Я шел, и сердце у меня щемило при мысли о моем веселом соседе, которого, конечно, уже увели в жуткое место под названием «контрразведка». Было страшно от одиночества, и в этот момент мне даже казались своими людьми и унтер с подпухшей щекой, и запомнивший меня японец с давешней теплой лепешкой – все они вошли в мою жизнь и так же неожиданно навсегда исчезли из нее… А ведь они были теми немногими, кому было до меня хоть какое-то дело.

Уже зажглись фонари, когда я очутился в каком-то странном месте, какого до сих пор не видывал. Это был поселок, но роль улиц там выполняли заржавленные рельсы, где пребывали на вечной стоянке приспособленные под жилье вагоны – одни тоже заржавленные и ободранные, другие по-хозяйски подкрашенные желтой, голубой или зеленой краской. Кое-где из вентиляционных отверстий шел дым – там что-то топилось, пахло рыбой, жареной картошкой, щами. Где-то лаяли собаки.
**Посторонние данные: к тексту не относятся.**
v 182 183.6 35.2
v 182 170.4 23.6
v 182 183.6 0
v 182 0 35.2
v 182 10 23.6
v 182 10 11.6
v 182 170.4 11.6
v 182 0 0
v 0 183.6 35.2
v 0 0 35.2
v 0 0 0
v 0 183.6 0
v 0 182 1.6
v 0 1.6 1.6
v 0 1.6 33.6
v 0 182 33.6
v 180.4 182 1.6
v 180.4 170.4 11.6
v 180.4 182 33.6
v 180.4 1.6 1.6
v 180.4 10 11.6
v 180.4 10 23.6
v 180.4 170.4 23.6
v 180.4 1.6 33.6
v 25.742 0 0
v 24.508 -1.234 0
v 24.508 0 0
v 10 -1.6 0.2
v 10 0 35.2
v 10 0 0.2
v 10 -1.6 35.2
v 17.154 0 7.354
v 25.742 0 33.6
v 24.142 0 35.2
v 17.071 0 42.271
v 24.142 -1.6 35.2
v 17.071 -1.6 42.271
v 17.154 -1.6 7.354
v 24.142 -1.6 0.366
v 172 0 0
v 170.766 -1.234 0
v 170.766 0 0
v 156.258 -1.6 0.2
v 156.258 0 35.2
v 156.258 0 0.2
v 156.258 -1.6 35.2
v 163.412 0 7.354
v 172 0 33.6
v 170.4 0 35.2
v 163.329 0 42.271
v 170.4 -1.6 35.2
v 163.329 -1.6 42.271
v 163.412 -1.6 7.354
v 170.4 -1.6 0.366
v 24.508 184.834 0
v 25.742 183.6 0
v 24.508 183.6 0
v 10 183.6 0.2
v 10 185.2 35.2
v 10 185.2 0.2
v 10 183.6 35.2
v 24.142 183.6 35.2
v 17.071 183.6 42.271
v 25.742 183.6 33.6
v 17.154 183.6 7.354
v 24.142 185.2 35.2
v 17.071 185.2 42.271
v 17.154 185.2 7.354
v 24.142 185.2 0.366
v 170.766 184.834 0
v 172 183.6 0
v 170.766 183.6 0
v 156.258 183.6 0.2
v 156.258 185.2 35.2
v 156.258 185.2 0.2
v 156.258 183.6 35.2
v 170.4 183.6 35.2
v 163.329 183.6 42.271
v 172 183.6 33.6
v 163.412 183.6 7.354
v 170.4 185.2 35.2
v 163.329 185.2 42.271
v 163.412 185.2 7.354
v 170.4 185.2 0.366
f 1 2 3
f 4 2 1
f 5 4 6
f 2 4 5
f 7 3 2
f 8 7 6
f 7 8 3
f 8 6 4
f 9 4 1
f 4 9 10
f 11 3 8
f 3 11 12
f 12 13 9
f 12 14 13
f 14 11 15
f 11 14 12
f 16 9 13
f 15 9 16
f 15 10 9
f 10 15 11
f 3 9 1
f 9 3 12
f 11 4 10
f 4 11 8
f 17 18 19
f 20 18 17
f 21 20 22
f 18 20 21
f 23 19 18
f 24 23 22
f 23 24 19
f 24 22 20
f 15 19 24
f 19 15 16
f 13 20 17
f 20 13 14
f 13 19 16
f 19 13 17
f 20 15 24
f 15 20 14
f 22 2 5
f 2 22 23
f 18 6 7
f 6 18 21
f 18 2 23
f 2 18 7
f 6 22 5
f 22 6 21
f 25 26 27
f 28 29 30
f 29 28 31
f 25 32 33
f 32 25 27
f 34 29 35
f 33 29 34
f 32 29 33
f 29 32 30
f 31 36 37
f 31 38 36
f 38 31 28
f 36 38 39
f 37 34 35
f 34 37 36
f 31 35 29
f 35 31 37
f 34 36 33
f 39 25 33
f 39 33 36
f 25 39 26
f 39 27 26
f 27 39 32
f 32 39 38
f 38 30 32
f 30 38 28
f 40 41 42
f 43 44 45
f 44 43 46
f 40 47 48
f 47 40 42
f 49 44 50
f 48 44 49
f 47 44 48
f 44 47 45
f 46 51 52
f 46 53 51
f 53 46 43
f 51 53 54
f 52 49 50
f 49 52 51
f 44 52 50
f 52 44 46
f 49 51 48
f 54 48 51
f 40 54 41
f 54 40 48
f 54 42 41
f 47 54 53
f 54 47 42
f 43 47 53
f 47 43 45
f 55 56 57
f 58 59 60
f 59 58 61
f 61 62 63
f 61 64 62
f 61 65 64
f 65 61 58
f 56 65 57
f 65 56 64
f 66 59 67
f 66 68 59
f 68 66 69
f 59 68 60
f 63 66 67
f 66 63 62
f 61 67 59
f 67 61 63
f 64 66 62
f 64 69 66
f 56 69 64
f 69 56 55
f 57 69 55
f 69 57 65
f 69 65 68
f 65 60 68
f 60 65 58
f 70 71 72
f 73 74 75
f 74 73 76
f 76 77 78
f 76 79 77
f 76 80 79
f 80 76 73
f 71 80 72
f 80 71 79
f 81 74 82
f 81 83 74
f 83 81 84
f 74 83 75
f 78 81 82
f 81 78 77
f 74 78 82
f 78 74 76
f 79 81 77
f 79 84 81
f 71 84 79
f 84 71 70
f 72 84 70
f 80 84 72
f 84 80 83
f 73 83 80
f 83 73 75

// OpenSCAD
$fa=4; // default minimum facet angle is now 0.5
$fs=0.05; // default minimum facet size is now 0.05 mm

tolerance = .2;
unit = 20;
wallThickness = 1.6;
barWidth = 10;

internalHeight = 32;

handleHeight = 5;

xUnits = 9;
yUnits = 9;

union() {
  difference() {
    cube([tol(xUnits * unit, -2) + wallThickness, tol(yUnits * unit, -2) + 2 * wallThickness, internalHeight + 2 * wallThickness]);
    translate([-.1, wallThickness, wallThickness]) cube([tol(xUnits * unit, -2) + .1, tol(yUnits * unit, -2), internalHeight]);
    translate([barWidth + wallThickness, barWidth, barWidth + wallThickness]) cube([tol(xUnits * unit, -2), tol(yUnits * unit, -2) - 2 * barWidth, internalHeight - 2 * barWidth]);

    // intersection() {
    //   barAngle = atan(xUnits / yUnits);

    //   translate([- .1, barWidth, internalHeight / -2]) cube([tol(xUnits * unit, -2) - barWidth + .1, tol(yUnits * unit, -2) - 2 * barWidth, 2 * internalHeight]);
    //   difference() {
    //     translate([- .1, barWidth, internalHeight / -2]) cube([tol(xUnits * unit, -2) - barWidth + .1, tol(yUnits * unit, -2) - 2 * barWidth, 2 * internalHeight]);
    //     rotate([0, 0, -barAngle]) translate([-barWidth / 2, 0, internalHeight / -2]) cube([barWidth, diag(xUnits * unit, yUnits * unit), 2 * internalHeight]);
    //     translate([tol(xUnits * unit, -2) + wallThickness, 0, 0]) rotate([0, 0, barAngle]) translate([-barWidth / 2, 0, internalHeight / -2]) cube([barWidth, diag(xUnits * unit, yUnits * unit), 2 * internalHeight]);
    //   }
    // }
  }

  translate([barWidth, -wallThickness, 0]) chevron();
  translate([tol(xUnits * unit, -2) - barWidth - diag(barWidth, barWidth), -wallThickness, 0]) chevron();
  translate([barWidth, tol(yUnits * unit, -2) + 3 * wallThickness, 0]) mirror([0, 1, 0]) chevron();
  translate([tol(xUnits * unit, -2) - barWidth - diag(barWidth, barWidth), tol(yUnits * unit, -2) + 3 * wallThickness, 0]) mirror([0, 1, 0]) chevron();
}

module chevron() {
    difference() {
      union() {
        cube([diag(barWidth, barWidth), wallThickness, internalHeight + 2 * wallThickness]);
        translate([0, 0, internalHeight + 2 * wallThickness]) rotate([0, 45, 0]) cube([barWidth, wallThickness, barWidth]);
        polyhedron(points = [
          [diag(barWidth, barWidth), 0, 0],
          [diag(barWidth, barWidth), wallThickness, 0],
          [diag(barWidth, barWidth) + wallThickness, wallThickness, 0],
          [diag(barWidth, barWidth), 0, internalHeight + 2 * wallThickness],
          [diag(barWidth, barWidth), wallThickness, internalHeight + 2 * wallThickness],
          [diag(barWidth, barWidth) + wallThickness, wallThickness, internalHeight + wallThickness]
        ], faces = [
          [0, 2, 1],
          [3, 4, 5],
          [1, 4, 3, 0],
          [2, 5, 4, 1],
          [5, 2, 0, 3]
        ], convexity = 10);
      }
      translate([-tolerance, -.1, 0]) rotate([0, 45, 0]) cube([tol(barWidth, -2), wallThickness + .2, tol(barWidth, -2)]);
    }
}


function tol(value, m = 1) = value - (m * tolerance);

function diag(x, y) = sqrt(x * x + y * y);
Внезапно дверь одного из вагонов отворилась, на лесенке показалась женщина и позвала:

– Тузик, Тузик! Где ты, собачий сын?

Не дождавшись появления собаки, она поставила под вагон миску с едой и ушла. Вкусно пахло щами, но не успел я примериться к миске, как рядом раздалось глухое ворчание. Я выхватил из миски обглоданный мосол и бросил во тьму. На остальное Тузик не претендовал. Он долго возился с костью, потом обнюхал пустую миску, меня и мирно улегся рядом, прижавшись к моей ноге теплым боком.

Сверху, из неплотно закрытого люка в полу вагона, тоже тянуло теплом. Я навалил на себя все тряпье, какое нашлось в моем узле, как Тузик, свернулся калачиком и прошептал, как учила мама: «Ангеле Христов, хранителю мой святый и покровителю души и тела моего… моли за мя, грешного».
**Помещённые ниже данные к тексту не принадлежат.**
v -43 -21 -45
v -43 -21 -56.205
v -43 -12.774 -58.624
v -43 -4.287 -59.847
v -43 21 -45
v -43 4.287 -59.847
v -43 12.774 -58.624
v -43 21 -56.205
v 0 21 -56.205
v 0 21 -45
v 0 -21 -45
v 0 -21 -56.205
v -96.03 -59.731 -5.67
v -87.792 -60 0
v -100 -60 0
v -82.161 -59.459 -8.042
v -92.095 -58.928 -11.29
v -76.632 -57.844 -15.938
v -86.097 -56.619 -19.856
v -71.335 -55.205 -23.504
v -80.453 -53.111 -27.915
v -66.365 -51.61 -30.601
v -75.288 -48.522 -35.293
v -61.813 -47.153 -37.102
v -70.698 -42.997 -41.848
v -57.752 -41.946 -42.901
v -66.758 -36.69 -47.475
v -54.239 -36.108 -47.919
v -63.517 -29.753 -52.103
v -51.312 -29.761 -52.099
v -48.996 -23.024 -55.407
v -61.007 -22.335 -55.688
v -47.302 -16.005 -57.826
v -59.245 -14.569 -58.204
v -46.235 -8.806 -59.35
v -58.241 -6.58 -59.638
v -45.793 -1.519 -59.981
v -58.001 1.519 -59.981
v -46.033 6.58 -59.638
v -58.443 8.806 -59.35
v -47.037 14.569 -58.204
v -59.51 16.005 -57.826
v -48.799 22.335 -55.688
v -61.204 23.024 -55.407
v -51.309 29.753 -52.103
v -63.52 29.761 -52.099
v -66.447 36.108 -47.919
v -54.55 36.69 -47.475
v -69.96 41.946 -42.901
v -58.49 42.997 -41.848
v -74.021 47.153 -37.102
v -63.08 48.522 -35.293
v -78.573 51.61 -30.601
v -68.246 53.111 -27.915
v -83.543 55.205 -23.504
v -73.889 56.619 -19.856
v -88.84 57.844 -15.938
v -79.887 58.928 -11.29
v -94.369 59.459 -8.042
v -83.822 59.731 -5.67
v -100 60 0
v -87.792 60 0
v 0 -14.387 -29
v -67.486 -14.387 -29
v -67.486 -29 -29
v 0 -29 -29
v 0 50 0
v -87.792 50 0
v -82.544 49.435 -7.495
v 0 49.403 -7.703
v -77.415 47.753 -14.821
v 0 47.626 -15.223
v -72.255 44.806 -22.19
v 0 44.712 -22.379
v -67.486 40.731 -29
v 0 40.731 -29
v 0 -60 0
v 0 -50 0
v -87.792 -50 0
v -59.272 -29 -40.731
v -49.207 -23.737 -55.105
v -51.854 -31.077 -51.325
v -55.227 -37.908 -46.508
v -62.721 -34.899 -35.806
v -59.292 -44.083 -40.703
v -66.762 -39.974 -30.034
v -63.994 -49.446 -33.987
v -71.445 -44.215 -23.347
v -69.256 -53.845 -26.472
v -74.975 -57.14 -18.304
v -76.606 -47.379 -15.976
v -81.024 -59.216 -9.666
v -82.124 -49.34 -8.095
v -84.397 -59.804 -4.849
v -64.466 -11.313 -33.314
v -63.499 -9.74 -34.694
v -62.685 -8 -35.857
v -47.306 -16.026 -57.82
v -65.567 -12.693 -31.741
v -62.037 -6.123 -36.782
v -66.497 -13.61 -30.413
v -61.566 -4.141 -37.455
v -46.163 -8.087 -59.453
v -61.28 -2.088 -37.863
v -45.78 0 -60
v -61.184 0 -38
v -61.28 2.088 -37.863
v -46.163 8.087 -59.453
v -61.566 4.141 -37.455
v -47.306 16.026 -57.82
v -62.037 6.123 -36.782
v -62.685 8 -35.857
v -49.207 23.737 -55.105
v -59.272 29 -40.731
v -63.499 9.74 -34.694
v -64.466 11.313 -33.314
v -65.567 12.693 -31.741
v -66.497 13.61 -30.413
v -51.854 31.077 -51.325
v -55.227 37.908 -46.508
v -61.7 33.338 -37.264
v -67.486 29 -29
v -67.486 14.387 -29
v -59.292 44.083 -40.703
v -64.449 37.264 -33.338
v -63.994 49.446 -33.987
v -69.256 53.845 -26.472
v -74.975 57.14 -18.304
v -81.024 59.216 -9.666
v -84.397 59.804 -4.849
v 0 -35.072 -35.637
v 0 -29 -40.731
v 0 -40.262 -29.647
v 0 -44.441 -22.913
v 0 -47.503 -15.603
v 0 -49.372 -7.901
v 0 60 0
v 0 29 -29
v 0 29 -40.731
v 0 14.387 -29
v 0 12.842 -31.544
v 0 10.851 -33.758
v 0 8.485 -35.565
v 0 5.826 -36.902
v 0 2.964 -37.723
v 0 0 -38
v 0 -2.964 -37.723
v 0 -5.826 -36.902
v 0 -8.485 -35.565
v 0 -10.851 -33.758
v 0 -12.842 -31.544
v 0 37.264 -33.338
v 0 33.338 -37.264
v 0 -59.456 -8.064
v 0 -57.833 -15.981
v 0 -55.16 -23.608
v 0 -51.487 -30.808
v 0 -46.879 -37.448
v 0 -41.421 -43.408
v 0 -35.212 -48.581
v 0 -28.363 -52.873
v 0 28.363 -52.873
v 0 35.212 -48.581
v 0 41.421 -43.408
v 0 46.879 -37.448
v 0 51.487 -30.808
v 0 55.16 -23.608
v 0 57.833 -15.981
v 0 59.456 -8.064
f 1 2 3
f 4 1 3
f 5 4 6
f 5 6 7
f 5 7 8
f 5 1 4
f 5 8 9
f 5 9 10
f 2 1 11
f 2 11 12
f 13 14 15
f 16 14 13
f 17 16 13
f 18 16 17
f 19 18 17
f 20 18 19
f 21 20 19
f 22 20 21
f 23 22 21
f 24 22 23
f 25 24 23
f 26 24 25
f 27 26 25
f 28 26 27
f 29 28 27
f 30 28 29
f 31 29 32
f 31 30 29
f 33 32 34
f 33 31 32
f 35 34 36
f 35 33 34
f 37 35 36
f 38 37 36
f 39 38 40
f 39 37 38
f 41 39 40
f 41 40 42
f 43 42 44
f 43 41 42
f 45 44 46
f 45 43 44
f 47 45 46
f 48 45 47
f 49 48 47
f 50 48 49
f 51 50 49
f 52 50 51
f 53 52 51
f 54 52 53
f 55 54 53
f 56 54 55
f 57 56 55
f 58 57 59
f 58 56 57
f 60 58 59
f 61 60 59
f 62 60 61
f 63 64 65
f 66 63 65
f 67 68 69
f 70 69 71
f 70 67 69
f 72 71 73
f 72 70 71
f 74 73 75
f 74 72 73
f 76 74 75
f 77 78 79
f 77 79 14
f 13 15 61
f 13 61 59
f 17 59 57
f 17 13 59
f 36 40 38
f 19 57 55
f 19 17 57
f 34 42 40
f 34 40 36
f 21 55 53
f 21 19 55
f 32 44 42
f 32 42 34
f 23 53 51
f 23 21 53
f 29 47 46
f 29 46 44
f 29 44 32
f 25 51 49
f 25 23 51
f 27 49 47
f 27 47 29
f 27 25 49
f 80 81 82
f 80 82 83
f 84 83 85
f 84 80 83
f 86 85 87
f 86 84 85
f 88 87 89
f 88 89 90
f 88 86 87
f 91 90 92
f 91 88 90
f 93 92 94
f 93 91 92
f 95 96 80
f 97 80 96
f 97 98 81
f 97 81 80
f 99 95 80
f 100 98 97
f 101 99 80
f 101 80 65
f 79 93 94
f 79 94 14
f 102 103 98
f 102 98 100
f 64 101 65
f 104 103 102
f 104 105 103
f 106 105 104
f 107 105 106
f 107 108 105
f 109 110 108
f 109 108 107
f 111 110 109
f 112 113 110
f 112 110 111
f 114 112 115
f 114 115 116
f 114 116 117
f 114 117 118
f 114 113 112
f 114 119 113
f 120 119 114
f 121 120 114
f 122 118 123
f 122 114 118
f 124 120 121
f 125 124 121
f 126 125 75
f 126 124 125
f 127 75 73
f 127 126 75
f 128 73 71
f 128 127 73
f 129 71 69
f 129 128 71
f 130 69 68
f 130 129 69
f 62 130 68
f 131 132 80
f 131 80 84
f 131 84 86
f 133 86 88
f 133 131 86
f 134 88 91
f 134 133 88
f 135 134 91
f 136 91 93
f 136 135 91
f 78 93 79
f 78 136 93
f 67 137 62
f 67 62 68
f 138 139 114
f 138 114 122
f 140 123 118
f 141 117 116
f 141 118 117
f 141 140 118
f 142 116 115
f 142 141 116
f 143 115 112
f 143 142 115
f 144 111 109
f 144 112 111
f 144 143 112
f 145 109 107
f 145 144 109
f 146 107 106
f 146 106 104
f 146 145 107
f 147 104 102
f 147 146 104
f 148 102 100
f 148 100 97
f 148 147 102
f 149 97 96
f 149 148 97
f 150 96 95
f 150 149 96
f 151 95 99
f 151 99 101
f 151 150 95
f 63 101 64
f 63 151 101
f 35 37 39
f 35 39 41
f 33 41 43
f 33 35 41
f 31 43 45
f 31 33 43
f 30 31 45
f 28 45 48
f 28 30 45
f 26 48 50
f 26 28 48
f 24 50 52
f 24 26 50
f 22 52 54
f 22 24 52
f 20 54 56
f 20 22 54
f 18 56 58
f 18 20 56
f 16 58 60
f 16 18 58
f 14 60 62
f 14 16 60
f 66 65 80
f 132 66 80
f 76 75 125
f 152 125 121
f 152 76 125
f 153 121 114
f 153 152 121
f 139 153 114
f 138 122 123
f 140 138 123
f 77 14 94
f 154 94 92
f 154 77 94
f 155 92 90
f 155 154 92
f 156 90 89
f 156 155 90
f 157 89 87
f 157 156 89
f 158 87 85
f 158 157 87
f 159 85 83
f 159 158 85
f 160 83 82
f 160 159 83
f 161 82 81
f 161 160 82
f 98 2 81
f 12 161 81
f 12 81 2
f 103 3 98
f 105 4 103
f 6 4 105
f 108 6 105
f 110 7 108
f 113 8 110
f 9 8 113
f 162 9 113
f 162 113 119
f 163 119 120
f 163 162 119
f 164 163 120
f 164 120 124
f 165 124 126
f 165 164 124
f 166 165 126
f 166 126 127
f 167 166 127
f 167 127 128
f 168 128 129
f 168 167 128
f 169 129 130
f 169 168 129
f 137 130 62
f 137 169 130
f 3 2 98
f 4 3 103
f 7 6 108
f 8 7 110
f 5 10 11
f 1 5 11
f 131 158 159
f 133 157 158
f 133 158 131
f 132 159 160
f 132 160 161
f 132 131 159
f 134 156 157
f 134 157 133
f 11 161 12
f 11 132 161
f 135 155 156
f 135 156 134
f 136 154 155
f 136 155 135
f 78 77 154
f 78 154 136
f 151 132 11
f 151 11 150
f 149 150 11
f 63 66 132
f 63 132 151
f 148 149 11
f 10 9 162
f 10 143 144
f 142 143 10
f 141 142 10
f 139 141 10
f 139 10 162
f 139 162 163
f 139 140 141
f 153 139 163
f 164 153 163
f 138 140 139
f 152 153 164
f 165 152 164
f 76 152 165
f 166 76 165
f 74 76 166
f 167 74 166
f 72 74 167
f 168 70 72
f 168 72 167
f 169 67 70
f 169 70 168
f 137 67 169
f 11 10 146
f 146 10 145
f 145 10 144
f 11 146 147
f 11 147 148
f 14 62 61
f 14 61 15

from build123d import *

# Parameters (mm, degrees)
F1_DEPTH      = 100
F3_DEPTH      = 79.9
F3_DEPTH_BACK = 98
F6_DEPTH      = 74.8
F6_DEPTH_BACK = 93.6
F7_DEPTH      = 115.8
F8_DEPTH      = 43


with BuildPart() as f1:
    # F0 (on Right) → F1 (new body)
    with BuildSketch(Plane.YZ):
        with BuildLine():
            Line((-50, 0), (-60, 0))
            ThreePointArc((-60, 0), (-49.2950301755, -34.205262753), (-21, -56.2049819856))
            Line((-21, -56.2049819856), (-21, -45.3762052182))
            ThreePointArc((-21, -45.3762052182), (-21.3980741453, -45.1898486706), (-21.7944947177, -45))
            ThreePointArc((-21.7944947177, -45), (-25.4867934421, -43.0165475142), (-29, -40.7308237088))
            ThreePointArc((-29, -40.7308237088), (-44.4409720866, -22.9128784748), (-50, 0))
        make_face()
        with BuildLine():
            Line((-29, -29), (-29, -40.7308237088))
            ThreePointArc((-29, -40.7308237088), (-25.4867934421, -43.0165475142), (-21.7944947177, -45))
            Line((-21.7944947177, -45), (-21, -45))
            Line((-21, -45), (21, -45))
            Line((21, -45), (21.7944947177, -45))
            ThreePointArc((21.7944947177, -45), (25.4867934421, -43.0165475142), (29, -40.7308237088))
            Line((29, -40.7308237088), (29, -29))
            Line((29, -29), (14.3874945699, -29))
            ThreePointArc((14.3874945699, -29), (0, -38), (-14.3874945699, -29))
            Line((-14.3874945699, -29), (-29, -29))
        make_face()
        with BuildLine():
            Line((21, -45.3762052182), (21, -56.2049819856))
            ThreePointArc((21, -56.2049819856), (49.2950301755, -34.205262753), (60, 0))
            Line((60, 0), (50, 0))
            ThreePointArc((50, 0), (47.626364471, -15.2226609789), (40.7308237088, -29))
            ThreePointArc((40.7308237088, -29), (35.3553390593, -35.3553390593), (29, -40.7308237088))
            ThreePointArc((29, -40.7308237088), (25.4867934421, -43.0165475142), (21.7944947177, -45))
            ThreePointArc((21.7944947177, -45), (21.3980741453, -45.1898486706), (21, -45.3762052182))
        make_face()
        with BuildLine():
            Line((21, -45), (21, -45.3762052182))
            ThreePointArc((21, -45.3762052182), (21.3980741453, -45.1898486706), (21.7944947177, -45))
            Line((21.7944947177, -45), (21, -45))
        make_face()
        with BuildLine():
            ThreePointArc((-21.7944947177, -45), (-21.3980741453, -45.1898486706), (-21, -45.3762052182))
            Line((-21, -45.3762052182), (-21, -45))
            Line((-21, -45), (-21.7944947177, -45))
        make_face()
        with BuildLine():
            Line((-21, -45), (-21, -45.3762052182))
            ThreePointArc((-21, -45.3762052182), (0, -50), (21, -45.3762052182))
            Line((21, -45.3762052182), (21, -45))
            Line((21, -45), (-21, -45))
        make_face()
        with BuildLine():
            Line((-21, -45.3762052182), (-21, -56.2049819856))
            ThreePointArc((-21, -56.2049819856), (0, -60), (21, -56.2049819856))
            Line((21, -56.2049819856), (21, -45.3762052182))
            ThreePointArc((21, -45.3762052182), (0, -50), (-21, -45.3762052182))
        make_face()
    extrude(amount=-F1_DEPTH)

    # F2 (on Front) → F3 (cut, two sides)
    with BuildSketch(Plane.XZ) as f3_sk:
        Polygon((-57.9875477074, -60), (-100, 0), (-87.7922533566, 0), (-91.80847905, 5.7357647186), (-123.0464950204, 5.7357647186), (-123.0464950204, -66.0766197592), (-41.5249061018, -66.0766197592), (-45.779801064, -60), align=None)
        Polygon((-87.7922533566, 0), (-100, 0), (-57.9875477074, -60), (-45.779801064, -60), align=None)
    extrude(amount=-F3_DEPTH, mode=Mode.SUBTRACT)
    extrude(f3_sk.sketch, amount=F3_DEPTH_BACK, mode=Mode.SUBTRACT)


with BuildPart() as f6:
    # F5 (on Front) → F6 (new body, two sides)
    with BuildSketch(Plane.XZ) as f6_sk:
        Polygon((-41.5249061018, -66.0766197592), (-91.80847905, 5.7357647186), (-104.0162256934, 5.7357647186), (-100, 0), (-56.8908456845, -61.5662528081), (-53.7326527452, -66.0766197592), align=None)
    extrude(amount=F6_DEPTH)
    extrude(f6_sk.sketch, amount=-F6_DEPTH_BACK)


with BuildPart() as f7_tool:
    # F0 (on Right) → F7 (new body)
    with BuildSketch(Plane.YZ):
        with BuildLine():
            Line((-50, 0), (-60, 0))
            ThreePointArc((-60, 0), (-49.2950301755, -34.205262753), (-21, -56.2049819856))
            Line((-21, -56.2049819856), (-21, -45.3762052182))
            ThreePointArc((-21, -45.3762052182), (-21.3980741453, -45.1898486706), (-21.7944947177, -45))
            ThreePointArc((-21.7944947177, -45), (-25.4867934421, -43.0165475142), (-29, -40.7308237088))
            ThreePointArc((-29, -40.7308237088), (-44.4409720866, -22.9128784748), (-50, 0))
        make_face()
        with BuildLine():
            Line((50, 0), (-50, 0))
            ThreePointArc((-50, 0), (-44.4409720866, -22.9128784748), (-29, -40.7308237088))
            Line((-29, -40.7308237088), (-29, -29))
            Line((-29, -29), (-14.3874945699, -29))
            ThreePointArc((-14.3874945699, -29), (-3.5916630466, -6.4083369534), (16, -22))
            ThreePointArc((16, -22), (15.5916630466, -25.5916630466), (14.3874945699, -29))
            Line((14.3874945699, -29), (29, -29))
            Line((29, -29), (40.7308237088, -29))
            ThreePointArc((40.7308237088, -29), (47.626364471, -15.2226609789), (50, 0))
        make_face()
        with BuildLine():
            ThreePointArc((16, -22), (-3.5916630466, -6.4083369534), (-14.3874945699, -29))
Там, под вагоном, на широкой сырой шпале, от которой пахло паровозом, и прошла первая ночь моей самостоятельной жизни.

– Нам на какое-то время придется перестать видеться, – в очередной свой приход сказал Василию Кузнецов, бросая в топившуюся в лаборатории «буржуйку» какие-то бумаги из ящика своего письменного стола. – Да и вам советую бывать здесь пореже. Повесьте на окно какое-нибудь объявление позаковыристее. Впрочем, в последнее время и так заказов негусто – людям не до нас. Выручку из кассы заберите себе: с Пашкой я уже расплатился, а мне, там, куда я временно отбываю, деньги не понадобятся. Да – знаете ли вы, дорогой совладелец, что американские военные корабли поднимут якоря и покинут владивостокский порт в первый день апреля? Да нет, какие там первоапрельские шутки – скорее это знак самураям, что им предоставляется здесь полная свобода действий. И уж они не замедлят этим воспользоваться…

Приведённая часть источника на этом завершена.